## PROVIDED MATERIAL:
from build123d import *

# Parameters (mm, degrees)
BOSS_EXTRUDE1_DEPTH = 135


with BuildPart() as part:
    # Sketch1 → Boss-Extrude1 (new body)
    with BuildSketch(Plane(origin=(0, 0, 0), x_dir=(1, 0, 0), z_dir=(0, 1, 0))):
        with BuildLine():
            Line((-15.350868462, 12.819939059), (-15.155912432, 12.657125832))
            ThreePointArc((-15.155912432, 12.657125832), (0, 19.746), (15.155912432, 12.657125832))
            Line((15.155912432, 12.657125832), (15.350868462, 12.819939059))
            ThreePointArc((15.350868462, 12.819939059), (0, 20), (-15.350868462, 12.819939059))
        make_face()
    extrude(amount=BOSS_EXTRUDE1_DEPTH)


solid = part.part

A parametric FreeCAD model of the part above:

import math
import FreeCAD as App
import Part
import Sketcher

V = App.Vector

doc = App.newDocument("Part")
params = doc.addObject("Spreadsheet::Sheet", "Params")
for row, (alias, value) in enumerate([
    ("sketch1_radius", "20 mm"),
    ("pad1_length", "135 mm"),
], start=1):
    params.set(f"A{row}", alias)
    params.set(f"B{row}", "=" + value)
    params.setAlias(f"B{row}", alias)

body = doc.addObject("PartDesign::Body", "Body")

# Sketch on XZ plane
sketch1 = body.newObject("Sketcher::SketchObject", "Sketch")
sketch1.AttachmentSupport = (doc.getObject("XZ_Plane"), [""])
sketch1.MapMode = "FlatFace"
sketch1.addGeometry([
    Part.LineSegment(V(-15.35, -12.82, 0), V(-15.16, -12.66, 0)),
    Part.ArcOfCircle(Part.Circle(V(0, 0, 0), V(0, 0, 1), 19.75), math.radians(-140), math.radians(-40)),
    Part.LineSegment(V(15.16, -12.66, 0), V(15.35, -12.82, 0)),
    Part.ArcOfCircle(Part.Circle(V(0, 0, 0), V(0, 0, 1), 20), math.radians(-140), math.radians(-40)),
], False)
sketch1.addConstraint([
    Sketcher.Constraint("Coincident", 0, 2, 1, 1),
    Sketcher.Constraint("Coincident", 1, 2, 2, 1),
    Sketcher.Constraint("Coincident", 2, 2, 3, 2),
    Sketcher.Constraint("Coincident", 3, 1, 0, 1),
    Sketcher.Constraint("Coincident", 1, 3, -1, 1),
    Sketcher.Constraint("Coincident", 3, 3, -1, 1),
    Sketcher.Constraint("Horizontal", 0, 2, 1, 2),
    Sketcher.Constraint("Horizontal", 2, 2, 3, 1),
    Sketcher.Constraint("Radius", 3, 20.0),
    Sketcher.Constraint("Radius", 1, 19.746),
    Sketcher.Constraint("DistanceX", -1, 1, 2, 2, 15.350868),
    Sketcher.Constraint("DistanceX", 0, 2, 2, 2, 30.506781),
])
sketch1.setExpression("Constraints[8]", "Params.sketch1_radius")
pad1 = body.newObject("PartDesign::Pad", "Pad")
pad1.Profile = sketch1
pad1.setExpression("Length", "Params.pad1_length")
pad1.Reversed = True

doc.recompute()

---

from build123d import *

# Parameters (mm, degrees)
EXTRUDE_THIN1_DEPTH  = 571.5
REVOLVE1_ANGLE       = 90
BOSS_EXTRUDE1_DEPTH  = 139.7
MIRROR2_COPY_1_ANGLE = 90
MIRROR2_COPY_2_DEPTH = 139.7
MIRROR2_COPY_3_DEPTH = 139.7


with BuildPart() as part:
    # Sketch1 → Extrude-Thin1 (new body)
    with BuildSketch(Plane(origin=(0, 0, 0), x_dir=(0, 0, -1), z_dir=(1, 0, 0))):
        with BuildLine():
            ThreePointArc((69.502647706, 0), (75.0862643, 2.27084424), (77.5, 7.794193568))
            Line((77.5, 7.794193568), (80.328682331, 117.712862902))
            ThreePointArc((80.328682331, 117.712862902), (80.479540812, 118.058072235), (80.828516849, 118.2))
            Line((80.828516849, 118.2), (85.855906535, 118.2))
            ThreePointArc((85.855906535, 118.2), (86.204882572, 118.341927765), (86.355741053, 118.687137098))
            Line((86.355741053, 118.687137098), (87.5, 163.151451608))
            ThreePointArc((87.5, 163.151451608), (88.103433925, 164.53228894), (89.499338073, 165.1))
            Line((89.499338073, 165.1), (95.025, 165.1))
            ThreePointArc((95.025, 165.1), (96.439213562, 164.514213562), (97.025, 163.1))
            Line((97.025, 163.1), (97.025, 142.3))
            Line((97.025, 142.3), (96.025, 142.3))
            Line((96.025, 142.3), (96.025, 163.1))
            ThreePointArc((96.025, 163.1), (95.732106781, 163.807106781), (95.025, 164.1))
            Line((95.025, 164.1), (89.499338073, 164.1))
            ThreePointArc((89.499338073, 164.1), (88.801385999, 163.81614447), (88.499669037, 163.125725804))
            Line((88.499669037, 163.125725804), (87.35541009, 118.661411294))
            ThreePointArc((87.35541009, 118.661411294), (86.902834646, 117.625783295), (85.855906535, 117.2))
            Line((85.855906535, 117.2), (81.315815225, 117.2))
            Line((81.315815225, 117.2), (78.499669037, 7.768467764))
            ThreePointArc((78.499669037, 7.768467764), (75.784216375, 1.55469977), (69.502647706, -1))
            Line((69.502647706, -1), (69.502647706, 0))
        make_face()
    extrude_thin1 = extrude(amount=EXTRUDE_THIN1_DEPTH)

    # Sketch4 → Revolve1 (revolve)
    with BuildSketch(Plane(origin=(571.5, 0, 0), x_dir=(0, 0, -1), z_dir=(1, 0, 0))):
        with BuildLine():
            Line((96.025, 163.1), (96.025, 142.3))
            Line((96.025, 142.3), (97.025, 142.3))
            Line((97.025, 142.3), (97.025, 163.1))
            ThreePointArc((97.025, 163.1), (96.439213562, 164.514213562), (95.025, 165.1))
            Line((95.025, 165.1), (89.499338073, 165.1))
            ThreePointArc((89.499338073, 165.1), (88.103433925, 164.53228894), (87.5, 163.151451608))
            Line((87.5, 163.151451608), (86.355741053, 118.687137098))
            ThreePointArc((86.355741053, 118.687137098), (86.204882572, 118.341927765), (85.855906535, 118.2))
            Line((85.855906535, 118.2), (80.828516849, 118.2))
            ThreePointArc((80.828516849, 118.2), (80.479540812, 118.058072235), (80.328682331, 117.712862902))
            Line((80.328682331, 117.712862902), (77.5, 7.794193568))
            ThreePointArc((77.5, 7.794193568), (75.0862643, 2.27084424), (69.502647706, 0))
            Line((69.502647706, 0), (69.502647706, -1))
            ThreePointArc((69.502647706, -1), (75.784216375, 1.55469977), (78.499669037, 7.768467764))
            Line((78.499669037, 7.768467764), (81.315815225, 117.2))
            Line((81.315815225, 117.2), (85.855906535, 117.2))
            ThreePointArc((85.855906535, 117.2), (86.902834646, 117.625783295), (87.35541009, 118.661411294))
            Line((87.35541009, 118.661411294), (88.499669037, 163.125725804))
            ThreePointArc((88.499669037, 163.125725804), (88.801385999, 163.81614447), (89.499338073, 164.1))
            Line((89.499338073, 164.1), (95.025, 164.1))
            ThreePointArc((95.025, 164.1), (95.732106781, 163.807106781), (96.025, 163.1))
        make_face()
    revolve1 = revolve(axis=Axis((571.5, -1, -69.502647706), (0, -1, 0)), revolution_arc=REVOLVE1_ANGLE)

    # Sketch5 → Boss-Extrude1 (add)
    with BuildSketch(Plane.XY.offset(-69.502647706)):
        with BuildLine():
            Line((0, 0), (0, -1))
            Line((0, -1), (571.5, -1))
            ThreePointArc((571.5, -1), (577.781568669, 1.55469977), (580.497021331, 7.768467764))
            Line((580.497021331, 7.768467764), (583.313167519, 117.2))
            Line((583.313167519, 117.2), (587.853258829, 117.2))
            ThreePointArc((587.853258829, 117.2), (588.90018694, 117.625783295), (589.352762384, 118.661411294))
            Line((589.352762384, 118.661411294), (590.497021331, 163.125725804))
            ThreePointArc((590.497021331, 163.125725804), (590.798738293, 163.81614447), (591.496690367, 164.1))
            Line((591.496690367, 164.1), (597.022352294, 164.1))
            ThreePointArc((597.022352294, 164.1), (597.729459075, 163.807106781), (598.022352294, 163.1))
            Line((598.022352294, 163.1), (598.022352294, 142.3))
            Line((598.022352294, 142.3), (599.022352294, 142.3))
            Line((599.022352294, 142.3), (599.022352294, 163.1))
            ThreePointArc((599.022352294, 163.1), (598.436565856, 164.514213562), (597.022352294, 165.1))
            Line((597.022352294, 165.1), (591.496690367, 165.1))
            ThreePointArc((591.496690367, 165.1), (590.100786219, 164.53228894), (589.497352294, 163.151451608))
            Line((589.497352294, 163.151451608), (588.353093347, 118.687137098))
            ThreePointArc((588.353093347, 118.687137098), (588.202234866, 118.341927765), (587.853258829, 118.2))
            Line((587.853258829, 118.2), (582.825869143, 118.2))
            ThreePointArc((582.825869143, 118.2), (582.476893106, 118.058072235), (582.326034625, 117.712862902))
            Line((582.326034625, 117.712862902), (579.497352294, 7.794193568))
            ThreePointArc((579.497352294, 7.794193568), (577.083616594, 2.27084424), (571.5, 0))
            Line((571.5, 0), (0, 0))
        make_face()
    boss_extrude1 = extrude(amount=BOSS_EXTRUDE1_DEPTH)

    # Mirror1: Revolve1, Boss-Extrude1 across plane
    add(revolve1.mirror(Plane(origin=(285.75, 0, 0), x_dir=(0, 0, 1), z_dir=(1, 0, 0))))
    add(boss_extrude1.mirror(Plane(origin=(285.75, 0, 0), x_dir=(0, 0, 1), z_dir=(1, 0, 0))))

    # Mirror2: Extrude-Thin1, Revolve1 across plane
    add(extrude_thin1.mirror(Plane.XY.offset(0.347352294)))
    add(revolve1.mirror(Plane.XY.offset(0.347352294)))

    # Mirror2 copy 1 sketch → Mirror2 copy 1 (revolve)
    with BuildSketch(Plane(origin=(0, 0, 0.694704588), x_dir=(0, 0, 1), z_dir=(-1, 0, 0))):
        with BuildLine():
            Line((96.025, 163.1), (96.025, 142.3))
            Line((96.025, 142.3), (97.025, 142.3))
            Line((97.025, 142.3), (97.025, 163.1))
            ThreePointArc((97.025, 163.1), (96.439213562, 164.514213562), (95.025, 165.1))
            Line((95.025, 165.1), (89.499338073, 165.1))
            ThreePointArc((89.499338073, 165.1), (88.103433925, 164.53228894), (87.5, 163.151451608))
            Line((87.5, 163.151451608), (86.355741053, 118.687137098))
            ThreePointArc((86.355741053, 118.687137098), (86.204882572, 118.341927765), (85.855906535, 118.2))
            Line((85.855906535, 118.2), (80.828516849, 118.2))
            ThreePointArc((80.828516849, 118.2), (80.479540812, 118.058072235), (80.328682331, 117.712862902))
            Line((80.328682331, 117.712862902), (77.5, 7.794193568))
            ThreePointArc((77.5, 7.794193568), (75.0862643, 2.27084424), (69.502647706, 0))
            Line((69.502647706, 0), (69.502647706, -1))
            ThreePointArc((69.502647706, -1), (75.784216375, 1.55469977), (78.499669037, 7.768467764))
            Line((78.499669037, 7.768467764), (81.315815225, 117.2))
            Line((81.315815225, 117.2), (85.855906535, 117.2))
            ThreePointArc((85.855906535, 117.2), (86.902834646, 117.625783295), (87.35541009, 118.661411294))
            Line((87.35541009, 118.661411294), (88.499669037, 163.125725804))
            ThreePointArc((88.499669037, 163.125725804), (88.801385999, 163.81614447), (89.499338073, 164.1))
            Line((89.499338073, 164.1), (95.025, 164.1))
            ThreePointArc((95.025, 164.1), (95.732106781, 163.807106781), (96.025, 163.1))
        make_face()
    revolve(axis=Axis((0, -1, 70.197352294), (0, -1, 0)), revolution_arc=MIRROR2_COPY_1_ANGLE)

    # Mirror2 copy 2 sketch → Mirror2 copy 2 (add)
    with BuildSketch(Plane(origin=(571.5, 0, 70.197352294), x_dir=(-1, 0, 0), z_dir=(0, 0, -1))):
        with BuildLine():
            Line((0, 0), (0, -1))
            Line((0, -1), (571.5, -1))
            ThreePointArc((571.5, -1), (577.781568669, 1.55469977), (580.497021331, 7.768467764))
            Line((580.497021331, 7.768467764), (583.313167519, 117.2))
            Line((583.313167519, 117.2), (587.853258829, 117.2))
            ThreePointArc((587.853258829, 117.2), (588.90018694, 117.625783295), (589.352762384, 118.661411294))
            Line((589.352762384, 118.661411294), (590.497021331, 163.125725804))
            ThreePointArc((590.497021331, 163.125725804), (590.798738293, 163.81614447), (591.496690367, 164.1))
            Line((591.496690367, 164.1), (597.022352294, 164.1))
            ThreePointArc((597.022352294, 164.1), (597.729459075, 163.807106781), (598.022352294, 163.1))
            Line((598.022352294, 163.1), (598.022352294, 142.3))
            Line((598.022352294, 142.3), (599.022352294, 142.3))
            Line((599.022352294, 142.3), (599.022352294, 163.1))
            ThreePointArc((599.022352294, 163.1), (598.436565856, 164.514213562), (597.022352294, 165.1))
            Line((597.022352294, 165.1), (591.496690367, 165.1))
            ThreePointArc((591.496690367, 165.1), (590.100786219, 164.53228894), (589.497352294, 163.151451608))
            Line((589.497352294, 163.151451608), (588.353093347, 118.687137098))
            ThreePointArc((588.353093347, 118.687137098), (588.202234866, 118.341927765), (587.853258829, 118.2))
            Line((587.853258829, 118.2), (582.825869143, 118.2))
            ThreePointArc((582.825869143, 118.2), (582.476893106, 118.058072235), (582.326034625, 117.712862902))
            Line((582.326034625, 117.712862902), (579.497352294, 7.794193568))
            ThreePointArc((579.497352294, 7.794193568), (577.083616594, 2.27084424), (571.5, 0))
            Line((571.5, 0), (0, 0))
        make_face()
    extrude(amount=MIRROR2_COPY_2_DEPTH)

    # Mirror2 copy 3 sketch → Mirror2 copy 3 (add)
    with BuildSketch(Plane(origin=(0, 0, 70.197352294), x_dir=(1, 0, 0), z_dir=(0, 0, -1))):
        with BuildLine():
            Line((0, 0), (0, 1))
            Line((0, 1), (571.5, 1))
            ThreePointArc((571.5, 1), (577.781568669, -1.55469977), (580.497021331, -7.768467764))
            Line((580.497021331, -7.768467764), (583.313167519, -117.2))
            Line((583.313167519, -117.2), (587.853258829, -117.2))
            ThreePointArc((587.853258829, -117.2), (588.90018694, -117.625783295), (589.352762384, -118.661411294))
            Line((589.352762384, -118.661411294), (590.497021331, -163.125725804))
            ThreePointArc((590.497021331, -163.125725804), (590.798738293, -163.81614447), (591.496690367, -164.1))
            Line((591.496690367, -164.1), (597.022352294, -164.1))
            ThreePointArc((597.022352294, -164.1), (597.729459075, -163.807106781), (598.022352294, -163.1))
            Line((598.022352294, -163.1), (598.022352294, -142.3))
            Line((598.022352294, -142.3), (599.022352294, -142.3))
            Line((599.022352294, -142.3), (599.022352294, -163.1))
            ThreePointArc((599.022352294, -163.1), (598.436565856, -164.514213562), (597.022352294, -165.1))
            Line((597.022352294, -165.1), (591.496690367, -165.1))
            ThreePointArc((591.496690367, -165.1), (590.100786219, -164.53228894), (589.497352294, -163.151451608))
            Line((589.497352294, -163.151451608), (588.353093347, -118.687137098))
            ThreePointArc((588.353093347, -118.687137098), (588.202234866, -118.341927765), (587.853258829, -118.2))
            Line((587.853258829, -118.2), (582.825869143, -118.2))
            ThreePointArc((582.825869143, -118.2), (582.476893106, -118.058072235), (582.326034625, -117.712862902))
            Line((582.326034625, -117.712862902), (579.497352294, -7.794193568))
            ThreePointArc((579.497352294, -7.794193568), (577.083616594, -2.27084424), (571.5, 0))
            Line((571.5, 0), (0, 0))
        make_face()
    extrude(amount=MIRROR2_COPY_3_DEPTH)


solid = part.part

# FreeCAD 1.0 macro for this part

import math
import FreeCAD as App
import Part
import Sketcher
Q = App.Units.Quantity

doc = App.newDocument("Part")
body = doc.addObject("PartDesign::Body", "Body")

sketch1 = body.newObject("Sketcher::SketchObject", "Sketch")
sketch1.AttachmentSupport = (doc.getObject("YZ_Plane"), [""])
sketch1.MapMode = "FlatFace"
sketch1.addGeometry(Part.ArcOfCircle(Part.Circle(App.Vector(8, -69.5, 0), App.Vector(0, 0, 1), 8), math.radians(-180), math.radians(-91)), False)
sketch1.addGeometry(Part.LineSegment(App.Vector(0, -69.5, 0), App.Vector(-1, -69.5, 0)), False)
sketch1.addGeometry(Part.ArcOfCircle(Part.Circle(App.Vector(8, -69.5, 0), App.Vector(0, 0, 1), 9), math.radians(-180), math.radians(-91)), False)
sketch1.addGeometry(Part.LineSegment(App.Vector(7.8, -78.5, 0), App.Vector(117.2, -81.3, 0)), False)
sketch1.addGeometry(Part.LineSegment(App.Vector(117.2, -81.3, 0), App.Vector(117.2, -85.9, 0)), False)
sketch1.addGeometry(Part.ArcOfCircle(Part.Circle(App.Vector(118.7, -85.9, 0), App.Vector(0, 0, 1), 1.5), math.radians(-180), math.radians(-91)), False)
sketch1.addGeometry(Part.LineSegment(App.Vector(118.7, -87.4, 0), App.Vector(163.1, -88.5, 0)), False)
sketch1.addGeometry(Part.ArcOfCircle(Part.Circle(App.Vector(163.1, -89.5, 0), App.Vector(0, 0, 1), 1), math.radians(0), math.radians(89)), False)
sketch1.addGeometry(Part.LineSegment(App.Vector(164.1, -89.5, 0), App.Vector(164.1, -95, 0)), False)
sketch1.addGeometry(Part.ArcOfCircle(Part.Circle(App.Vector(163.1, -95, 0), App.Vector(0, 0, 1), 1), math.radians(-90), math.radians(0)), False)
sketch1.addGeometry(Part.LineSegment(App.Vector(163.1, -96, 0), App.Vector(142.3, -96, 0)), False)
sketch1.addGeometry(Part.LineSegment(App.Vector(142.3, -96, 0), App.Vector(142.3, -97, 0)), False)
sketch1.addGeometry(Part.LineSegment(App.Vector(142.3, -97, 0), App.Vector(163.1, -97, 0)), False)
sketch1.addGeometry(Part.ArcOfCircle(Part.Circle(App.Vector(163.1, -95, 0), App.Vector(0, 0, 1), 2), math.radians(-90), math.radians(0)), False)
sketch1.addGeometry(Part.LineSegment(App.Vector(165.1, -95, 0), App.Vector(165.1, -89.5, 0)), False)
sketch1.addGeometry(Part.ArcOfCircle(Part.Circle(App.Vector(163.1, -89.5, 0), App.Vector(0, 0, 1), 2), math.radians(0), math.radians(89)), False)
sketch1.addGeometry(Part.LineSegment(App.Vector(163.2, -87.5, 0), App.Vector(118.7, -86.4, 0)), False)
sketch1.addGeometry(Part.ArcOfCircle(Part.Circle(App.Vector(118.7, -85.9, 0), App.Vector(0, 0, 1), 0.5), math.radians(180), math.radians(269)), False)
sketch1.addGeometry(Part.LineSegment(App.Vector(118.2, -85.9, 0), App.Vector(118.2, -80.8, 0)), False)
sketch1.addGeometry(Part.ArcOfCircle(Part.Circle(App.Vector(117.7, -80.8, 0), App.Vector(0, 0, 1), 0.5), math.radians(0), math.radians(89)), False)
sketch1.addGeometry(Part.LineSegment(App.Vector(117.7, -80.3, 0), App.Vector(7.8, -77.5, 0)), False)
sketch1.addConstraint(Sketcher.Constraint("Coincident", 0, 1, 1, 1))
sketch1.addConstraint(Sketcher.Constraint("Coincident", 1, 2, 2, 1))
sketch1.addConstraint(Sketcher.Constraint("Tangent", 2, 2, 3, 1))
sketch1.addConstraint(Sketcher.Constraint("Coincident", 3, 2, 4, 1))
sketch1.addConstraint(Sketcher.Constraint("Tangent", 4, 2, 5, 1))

--

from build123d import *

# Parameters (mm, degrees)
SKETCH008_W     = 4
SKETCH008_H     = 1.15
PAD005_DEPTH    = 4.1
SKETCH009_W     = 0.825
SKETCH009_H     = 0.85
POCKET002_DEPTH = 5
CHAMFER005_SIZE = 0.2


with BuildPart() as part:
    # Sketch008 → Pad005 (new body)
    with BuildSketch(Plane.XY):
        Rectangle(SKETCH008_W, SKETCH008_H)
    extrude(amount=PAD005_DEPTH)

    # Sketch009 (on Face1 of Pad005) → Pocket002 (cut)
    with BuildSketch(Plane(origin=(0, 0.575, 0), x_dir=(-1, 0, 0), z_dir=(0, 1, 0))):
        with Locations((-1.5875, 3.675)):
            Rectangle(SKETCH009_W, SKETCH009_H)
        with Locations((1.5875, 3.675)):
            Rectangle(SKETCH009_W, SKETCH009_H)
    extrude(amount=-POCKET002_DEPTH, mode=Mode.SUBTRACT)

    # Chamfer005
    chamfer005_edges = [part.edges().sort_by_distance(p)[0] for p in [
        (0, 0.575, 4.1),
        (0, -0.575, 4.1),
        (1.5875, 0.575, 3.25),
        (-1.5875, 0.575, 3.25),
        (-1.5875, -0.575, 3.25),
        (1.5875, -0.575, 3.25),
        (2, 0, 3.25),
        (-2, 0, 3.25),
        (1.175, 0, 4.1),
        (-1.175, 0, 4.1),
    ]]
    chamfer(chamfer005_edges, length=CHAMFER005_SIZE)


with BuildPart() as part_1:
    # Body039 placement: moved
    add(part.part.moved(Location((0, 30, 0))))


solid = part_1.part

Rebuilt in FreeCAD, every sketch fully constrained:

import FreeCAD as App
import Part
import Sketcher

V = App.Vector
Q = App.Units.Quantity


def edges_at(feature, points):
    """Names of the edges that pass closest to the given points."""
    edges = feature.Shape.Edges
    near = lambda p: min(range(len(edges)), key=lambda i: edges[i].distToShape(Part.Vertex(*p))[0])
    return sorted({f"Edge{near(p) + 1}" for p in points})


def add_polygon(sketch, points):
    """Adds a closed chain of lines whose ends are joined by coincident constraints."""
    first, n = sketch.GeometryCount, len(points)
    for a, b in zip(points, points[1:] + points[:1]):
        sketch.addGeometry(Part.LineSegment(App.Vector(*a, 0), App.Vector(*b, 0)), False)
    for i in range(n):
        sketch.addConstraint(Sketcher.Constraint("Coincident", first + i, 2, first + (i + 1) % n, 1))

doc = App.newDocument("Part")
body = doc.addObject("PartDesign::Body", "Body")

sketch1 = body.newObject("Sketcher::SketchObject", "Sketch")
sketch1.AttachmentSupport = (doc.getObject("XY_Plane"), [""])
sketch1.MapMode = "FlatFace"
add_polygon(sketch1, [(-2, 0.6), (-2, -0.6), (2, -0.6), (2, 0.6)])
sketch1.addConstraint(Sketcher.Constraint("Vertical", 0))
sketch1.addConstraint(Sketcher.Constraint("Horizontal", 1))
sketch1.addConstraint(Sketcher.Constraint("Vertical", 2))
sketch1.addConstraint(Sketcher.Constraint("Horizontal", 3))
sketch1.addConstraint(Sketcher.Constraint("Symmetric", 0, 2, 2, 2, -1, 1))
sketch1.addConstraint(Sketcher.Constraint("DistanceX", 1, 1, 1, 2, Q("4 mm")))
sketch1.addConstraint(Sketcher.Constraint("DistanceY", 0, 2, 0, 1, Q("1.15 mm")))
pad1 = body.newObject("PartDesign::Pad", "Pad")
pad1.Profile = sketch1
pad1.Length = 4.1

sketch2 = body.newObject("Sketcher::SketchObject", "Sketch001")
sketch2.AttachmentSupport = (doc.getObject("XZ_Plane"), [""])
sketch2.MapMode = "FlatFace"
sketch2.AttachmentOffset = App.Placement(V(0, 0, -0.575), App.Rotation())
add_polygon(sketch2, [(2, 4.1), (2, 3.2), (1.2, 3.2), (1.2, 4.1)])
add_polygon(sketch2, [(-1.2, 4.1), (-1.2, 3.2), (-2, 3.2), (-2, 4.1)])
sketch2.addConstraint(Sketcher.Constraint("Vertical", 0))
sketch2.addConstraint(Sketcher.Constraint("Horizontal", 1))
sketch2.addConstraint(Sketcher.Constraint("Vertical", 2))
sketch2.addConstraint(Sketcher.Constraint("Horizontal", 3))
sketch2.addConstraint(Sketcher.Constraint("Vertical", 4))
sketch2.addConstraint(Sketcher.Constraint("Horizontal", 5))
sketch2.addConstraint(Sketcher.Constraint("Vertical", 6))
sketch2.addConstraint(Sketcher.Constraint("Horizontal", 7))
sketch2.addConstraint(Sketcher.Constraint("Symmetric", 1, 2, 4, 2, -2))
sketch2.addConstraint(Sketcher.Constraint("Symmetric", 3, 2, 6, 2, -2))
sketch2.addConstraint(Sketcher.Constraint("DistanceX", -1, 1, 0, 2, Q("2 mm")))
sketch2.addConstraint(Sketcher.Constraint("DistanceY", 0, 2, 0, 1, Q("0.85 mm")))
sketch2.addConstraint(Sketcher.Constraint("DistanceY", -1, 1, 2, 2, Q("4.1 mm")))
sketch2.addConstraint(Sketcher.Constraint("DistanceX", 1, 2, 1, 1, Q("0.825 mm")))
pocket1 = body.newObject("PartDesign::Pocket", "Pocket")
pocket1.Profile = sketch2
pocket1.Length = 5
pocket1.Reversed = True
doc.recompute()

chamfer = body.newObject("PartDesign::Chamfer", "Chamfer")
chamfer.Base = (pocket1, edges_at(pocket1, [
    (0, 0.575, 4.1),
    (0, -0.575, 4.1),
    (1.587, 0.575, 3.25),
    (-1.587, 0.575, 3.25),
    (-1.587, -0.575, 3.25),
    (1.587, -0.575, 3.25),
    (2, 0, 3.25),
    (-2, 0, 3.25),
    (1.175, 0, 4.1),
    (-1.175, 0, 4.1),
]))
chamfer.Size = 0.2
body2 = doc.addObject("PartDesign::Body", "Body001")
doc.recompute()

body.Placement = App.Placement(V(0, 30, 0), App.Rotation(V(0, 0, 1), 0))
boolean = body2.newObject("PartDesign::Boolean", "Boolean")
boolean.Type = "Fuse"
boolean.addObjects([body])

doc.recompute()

## WORK INSTRUCTION:
Across the whole listing above, report each line that includes "Axis".

## EXPECTED ANSWER:
    revolve1 = revolve(axis=Axis((571.5, -1, -69.502647706), (0, -1, 0)), revolution_arc=REVOLVE1_ANGLE)
    revolve(axis=Axis((0, -1, 70.197352294), (0, -1, 0)), revolution_arc=MIRROR2_COPY_1_ANGLE)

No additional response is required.